◆ Prompt:
Look below for the line containing "v -7.4 1.127 -1.652"; from there through the line containing "v -7.4 -1.127 -1.652", both lines included, please set down each line exactly and nothing else.

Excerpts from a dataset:
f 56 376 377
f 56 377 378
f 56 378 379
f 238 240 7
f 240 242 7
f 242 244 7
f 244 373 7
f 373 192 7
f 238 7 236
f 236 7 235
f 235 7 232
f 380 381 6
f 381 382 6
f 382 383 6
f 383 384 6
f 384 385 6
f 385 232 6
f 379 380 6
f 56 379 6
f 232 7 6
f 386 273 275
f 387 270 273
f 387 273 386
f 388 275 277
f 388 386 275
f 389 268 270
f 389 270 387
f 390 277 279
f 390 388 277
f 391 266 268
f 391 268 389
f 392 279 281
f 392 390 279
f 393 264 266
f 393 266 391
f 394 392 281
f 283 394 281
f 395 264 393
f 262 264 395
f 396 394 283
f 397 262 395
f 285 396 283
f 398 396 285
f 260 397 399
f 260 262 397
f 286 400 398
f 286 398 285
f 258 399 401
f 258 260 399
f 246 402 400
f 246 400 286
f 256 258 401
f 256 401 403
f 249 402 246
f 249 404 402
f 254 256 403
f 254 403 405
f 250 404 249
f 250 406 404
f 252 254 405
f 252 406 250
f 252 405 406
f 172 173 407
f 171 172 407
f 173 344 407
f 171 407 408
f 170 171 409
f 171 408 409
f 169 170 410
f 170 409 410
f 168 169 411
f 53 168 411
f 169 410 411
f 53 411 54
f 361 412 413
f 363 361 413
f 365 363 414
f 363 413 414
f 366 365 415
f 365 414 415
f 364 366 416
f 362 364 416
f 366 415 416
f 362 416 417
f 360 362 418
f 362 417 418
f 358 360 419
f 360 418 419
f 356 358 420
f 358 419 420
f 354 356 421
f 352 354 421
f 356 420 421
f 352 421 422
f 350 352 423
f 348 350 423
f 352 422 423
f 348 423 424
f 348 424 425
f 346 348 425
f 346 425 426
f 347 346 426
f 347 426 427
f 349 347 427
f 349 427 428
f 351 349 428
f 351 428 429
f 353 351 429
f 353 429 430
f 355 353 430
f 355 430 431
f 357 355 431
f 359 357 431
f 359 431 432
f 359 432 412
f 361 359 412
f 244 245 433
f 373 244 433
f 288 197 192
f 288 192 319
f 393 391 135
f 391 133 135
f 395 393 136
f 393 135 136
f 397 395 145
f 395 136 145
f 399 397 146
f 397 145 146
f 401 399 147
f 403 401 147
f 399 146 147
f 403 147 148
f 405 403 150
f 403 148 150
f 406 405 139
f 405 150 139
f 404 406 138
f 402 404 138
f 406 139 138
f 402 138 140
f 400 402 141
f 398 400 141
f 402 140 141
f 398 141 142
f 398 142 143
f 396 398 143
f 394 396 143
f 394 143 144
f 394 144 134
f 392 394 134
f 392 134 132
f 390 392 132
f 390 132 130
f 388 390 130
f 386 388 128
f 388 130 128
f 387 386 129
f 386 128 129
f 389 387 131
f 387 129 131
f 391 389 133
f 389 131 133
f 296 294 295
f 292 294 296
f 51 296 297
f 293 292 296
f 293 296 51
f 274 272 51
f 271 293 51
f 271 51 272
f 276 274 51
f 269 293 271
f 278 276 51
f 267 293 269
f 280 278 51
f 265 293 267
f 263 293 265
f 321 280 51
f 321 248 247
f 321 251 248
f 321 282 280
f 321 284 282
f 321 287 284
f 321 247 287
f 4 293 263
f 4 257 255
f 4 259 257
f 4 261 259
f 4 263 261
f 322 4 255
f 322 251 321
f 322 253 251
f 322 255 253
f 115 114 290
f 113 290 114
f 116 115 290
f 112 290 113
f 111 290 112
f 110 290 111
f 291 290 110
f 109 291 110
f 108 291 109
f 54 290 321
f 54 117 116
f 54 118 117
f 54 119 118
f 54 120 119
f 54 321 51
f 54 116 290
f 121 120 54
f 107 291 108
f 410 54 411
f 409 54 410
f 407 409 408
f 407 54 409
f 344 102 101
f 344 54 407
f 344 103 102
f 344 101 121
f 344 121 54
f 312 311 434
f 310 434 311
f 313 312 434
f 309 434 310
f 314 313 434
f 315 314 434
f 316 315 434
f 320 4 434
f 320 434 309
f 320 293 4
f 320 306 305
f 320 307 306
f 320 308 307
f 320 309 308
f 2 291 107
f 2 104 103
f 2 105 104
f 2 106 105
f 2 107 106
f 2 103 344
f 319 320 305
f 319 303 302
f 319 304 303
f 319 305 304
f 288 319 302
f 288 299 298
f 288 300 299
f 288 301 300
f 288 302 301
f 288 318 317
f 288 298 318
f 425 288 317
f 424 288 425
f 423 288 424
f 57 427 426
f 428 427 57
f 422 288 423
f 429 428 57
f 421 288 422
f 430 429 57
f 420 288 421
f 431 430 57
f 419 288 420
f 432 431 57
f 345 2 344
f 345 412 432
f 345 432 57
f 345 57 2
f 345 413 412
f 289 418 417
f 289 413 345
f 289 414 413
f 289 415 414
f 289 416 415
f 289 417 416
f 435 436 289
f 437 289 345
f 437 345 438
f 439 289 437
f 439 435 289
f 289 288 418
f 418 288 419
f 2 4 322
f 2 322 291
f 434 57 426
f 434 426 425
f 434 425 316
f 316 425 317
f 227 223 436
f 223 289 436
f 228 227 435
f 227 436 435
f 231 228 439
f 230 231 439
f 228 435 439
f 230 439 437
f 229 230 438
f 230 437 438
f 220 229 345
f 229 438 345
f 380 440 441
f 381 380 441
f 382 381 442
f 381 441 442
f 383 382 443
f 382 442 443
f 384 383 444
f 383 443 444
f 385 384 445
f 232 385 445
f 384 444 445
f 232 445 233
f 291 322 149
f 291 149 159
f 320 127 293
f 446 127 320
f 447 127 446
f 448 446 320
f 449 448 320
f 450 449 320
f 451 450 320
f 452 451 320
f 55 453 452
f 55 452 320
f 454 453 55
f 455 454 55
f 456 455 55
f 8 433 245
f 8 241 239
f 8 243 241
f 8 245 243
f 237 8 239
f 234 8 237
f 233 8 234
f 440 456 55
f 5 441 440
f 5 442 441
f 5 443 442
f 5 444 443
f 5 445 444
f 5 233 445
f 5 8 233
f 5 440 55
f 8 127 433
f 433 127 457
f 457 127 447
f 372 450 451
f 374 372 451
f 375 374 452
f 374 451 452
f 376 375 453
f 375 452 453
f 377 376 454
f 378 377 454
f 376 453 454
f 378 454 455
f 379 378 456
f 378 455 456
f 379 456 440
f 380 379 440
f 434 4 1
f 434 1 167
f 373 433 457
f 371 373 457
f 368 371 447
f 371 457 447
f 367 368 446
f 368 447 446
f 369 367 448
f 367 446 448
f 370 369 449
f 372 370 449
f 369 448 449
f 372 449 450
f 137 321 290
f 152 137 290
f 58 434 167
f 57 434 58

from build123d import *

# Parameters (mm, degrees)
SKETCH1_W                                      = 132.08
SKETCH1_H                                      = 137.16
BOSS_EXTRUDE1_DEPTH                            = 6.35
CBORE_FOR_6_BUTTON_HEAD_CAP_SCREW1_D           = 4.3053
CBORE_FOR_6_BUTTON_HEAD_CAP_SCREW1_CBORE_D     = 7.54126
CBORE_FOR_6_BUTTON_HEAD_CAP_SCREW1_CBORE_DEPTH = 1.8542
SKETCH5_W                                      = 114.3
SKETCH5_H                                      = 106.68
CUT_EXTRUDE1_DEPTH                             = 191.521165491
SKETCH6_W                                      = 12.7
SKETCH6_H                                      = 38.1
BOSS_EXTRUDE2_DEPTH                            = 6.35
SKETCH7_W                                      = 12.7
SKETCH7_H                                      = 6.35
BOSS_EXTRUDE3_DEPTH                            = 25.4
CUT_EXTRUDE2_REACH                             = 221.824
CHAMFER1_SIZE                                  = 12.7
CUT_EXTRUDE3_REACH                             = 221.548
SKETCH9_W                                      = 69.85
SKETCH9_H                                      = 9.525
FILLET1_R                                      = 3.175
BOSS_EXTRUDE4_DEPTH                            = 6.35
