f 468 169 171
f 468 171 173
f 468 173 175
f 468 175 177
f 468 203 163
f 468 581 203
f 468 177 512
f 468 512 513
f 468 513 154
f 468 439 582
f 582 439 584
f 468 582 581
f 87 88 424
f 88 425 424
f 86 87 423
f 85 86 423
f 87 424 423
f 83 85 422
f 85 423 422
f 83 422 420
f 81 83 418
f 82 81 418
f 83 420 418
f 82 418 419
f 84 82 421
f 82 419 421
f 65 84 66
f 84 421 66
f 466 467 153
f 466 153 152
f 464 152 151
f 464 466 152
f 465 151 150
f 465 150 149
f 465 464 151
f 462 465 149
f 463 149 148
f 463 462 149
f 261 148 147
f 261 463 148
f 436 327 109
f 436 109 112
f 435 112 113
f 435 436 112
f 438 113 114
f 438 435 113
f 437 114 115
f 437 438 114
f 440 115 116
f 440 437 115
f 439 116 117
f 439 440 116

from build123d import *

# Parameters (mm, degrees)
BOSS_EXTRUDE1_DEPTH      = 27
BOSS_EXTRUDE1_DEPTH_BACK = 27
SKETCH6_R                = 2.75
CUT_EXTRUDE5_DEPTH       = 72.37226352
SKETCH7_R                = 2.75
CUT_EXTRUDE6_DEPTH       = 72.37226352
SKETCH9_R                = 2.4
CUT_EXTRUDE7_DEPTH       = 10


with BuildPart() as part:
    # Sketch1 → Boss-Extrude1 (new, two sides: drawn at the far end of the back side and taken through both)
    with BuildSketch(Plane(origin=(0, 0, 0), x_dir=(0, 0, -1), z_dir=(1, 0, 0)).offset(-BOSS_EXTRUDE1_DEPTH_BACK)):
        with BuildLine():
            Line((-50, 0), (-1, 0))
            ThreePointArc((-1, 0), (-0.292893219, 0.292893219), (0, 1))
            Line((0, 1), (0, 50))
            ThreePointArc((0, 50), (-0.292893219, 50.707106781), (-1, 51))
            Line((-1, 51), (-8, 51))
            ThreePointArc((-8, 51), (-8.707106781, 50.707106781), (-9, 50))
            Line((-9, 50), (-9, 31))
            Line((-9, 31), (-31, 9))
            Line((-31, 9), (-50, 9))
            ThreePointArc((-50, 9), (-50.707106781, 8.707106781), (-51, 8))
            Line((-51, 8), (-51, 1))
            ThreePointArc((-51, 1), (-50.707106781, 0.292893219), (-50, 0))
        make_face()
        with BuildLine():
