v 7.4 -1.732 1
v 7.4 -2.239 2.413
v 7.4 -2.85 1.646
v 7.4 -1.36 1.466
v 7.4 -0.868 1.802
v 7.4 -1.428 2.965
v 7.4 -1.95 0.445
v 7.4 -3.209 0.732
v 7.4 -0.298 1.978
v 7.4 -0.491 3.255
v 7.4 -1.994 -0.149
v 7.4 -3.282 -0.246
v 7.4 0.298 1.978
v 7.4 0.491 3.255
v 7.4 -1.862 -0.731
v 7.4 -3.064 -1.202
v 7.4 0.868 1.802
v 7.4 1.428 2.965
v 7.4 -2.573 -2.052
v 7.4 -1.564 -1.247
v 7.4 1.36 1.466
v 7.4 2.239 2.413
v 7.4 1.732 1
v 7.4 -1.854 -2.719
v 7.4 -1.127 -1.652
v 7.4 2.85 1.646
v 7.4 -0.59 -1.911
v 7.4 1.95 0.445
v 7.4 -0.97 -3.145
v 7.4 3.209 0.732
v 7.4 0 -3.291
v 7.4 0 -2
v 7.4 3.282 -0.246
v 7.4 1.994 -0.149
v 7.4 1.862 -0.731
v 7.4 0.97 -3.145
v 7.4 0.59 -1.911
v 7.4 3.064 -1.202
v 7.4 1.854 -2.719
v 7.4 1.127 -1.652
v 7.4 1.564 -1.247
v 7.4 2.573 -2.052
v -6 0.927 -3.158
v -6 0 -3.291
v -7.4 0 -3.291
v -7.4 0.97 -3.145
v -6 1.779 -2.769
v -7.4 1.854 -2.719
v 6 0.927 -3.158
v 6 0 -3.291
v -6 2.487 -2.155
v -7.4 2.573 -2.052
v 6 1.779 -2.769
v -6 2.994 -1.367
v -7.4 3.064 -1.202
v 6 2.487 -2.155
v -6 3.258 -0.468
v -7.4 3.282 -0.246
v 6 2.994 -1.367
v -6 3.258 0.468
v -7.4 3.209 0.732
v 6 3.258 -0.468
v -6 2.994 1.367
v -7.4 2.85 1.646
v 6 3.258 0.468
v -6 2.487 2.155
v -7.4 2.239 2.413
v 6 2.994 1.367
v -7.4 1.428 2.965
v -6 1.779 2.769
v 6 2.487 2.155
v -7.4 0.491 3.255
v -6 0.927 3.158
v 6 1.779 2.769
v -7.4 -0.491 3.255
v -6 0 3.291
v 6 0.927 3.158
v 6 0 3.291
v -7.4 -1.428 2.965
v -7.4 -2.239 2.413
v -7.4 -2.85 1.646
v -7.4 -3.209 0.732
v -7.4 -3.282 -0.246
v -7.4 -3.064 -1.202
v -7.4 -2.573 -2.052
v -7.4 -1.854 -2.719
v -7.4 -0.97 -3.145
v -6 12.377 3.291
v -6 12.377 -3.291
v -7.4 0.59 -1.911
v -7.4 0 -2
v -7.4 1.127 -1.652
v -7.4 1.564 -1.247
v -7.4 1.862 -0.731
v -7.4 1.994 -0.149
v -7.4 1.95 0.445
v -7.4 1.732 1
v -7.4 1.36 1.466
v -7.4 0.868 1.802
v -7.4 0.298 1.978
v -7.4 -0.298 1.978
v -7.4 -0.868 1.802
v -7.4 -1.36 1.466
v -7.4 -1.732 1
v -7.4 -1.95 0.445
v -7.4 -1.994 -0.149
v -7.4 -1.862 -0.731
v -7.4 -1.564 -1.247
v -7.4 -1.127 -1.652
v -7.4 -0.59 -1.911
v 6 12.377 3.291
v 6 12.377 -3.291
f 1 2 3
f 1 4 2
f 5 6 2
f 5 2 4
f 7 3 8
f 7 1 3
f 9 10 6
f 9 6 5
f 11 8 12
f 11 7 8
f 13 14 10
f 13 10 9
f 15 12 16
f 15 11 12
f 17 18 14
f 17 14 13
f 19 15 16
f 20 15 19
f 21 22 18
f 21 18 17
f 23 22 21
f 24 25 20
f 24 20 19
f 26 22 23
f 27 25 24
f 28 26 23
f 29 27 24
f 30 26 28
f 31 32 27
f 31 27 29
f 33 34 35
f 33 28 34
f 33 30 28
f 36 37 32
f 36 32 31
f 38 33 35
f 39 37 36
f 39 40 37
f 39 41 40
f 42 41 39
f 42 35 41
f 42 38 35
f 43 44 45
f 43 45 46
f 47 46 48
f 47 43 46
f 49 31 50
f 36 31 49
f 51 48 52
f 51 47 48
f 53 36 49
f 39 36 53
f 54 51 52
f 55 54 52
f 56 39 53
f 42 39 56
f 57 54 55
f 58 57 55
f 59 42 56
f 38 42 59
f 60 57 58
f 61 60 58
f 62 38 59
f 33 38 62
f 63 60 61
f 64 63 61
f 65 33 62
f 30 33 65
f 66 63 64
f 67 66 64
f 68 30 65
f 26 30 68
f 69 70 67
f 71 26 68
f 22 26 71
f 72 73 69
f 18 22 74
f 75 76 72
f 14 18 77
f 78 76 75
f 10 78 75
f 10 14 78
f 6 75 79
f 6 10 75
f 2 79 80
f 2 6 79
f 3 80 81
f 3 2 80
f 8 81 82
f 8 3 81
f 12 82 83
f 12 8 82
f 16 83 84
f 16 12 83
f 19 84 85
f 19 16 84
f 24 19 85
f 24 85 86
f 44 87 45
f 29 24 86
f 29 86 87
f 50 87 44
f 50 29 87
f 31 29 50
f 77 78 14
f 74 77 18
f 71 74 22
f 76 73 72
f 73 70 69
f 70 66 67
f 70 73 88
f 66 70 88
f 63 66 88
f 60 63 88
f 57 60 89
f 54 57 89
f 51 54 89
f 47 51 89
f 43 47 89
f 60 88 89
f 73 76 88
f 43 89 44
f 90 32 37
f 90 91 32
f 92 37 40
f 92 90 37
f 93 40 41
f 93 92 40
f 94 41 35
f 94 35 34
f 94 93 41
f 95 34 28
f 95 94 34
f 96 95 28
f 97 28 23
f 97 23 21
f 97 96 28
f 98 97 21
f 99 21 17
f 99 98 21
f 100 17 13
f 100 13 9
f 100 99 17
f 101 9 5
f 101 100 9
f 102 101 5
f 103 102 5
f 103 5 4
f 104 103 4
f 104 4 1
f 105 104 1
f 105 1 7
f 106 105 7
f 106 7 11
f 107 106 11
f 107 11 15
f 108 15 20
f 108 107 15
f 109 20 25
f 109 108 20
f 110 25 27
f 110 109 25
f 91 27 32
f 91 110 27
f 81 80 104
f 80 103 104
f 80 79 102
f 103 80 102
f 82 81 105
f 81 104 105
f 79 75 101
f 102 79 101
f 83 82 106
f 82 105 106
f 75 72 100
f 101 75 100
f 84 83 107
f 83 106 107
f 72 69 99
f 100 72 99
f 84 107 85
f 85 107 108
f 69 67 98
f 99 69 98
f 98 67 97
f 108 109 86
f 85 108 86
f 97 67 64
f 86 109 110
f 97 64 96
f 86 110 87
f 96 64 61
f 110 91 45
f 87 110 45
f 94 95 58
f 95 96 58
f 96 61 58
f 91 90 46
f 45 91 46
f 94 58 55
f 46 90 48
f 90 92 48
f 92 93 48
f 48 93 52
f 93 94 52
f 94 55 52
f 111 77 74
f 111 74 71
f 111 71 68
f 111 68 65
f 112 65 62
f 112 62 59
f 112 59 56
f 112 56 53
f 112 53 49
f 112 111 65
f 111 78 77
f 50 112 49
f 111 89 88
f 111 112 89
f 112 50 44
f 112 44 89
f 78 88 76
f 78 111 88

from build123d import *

# Parameters (mm, degrees)
SKETCH_1_R      = 2
EXTRUDE_1_DEPTH = 7.4
EXTRUDE_2_DEPTH = 6


with BuildPart() as part:
    # 스케치1 → 보스-돌출1 (new, symmetric)
    with BuildSketch(Plane(origin=(0, 0, 0), x_dir=(0, 0, -1), z_dir=(1, 0, 0))):
        with BuildLine():
            ThreePointArc((3.291358074, 0), (0, 3.291358074), (-3.291358074, 0))
            ThreePointArc((-3.291358074, 0), (0, -3.291358074), (3.291358074, 0))
        make_face()
        Circle(SKETCH_1_R, mode=Mode.SUBTRACT)
    extrude(amount=EXTRUDE_1_DEPTH, both=True)

    # 스케치1<3> → 보스-돌출2 (add, symmetric)
    with BuildSketch(Plane(origin=(0, 0, 0), x_dir=(0, 0, -1), z_dir=(1, 0, 0))):
        with BuildLine():
            Line((-3.291358074, 12.376548109), (-3.291358074, 0))
            ThreePointArc((-3.291358074, 0), (0, 3.291358074), (3.291358074, 0))
            Line((3.291358074, 0), (3.291358074, 12.376548109))
            Line((3.291358074, 12.376548109), (-3.291358074, 12.376548109))
        make_face()
    extrude(amount=EXTRUDE_2_DEPTH, both=True)


solid = part.part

◆ Final answer:
v -7.4 1.127 -1.652
v -7.4 1.564 -1.247
v -7.4 1.862 -0.731
v -7.4 1.994 -0.149
v -7.4 1.95 0.445
v -7.4 1.732 1
v -7.4 1.36 1.466
v -7.4 0.868 1.802
v -7.4 0.298 1.978
v -7.4 -0.298 1.978
v -7.4 -0.868 1.802
v -7.4 -1.36 1.466
v -7.4 -1.732 1
v -7.4 -1.95 0.445
v -7.4 -1.994 -0.149
v -7.4 -1.862 -0.731
v -7.4 -1.564 -1.247
v -7.4 -1.127 -1.652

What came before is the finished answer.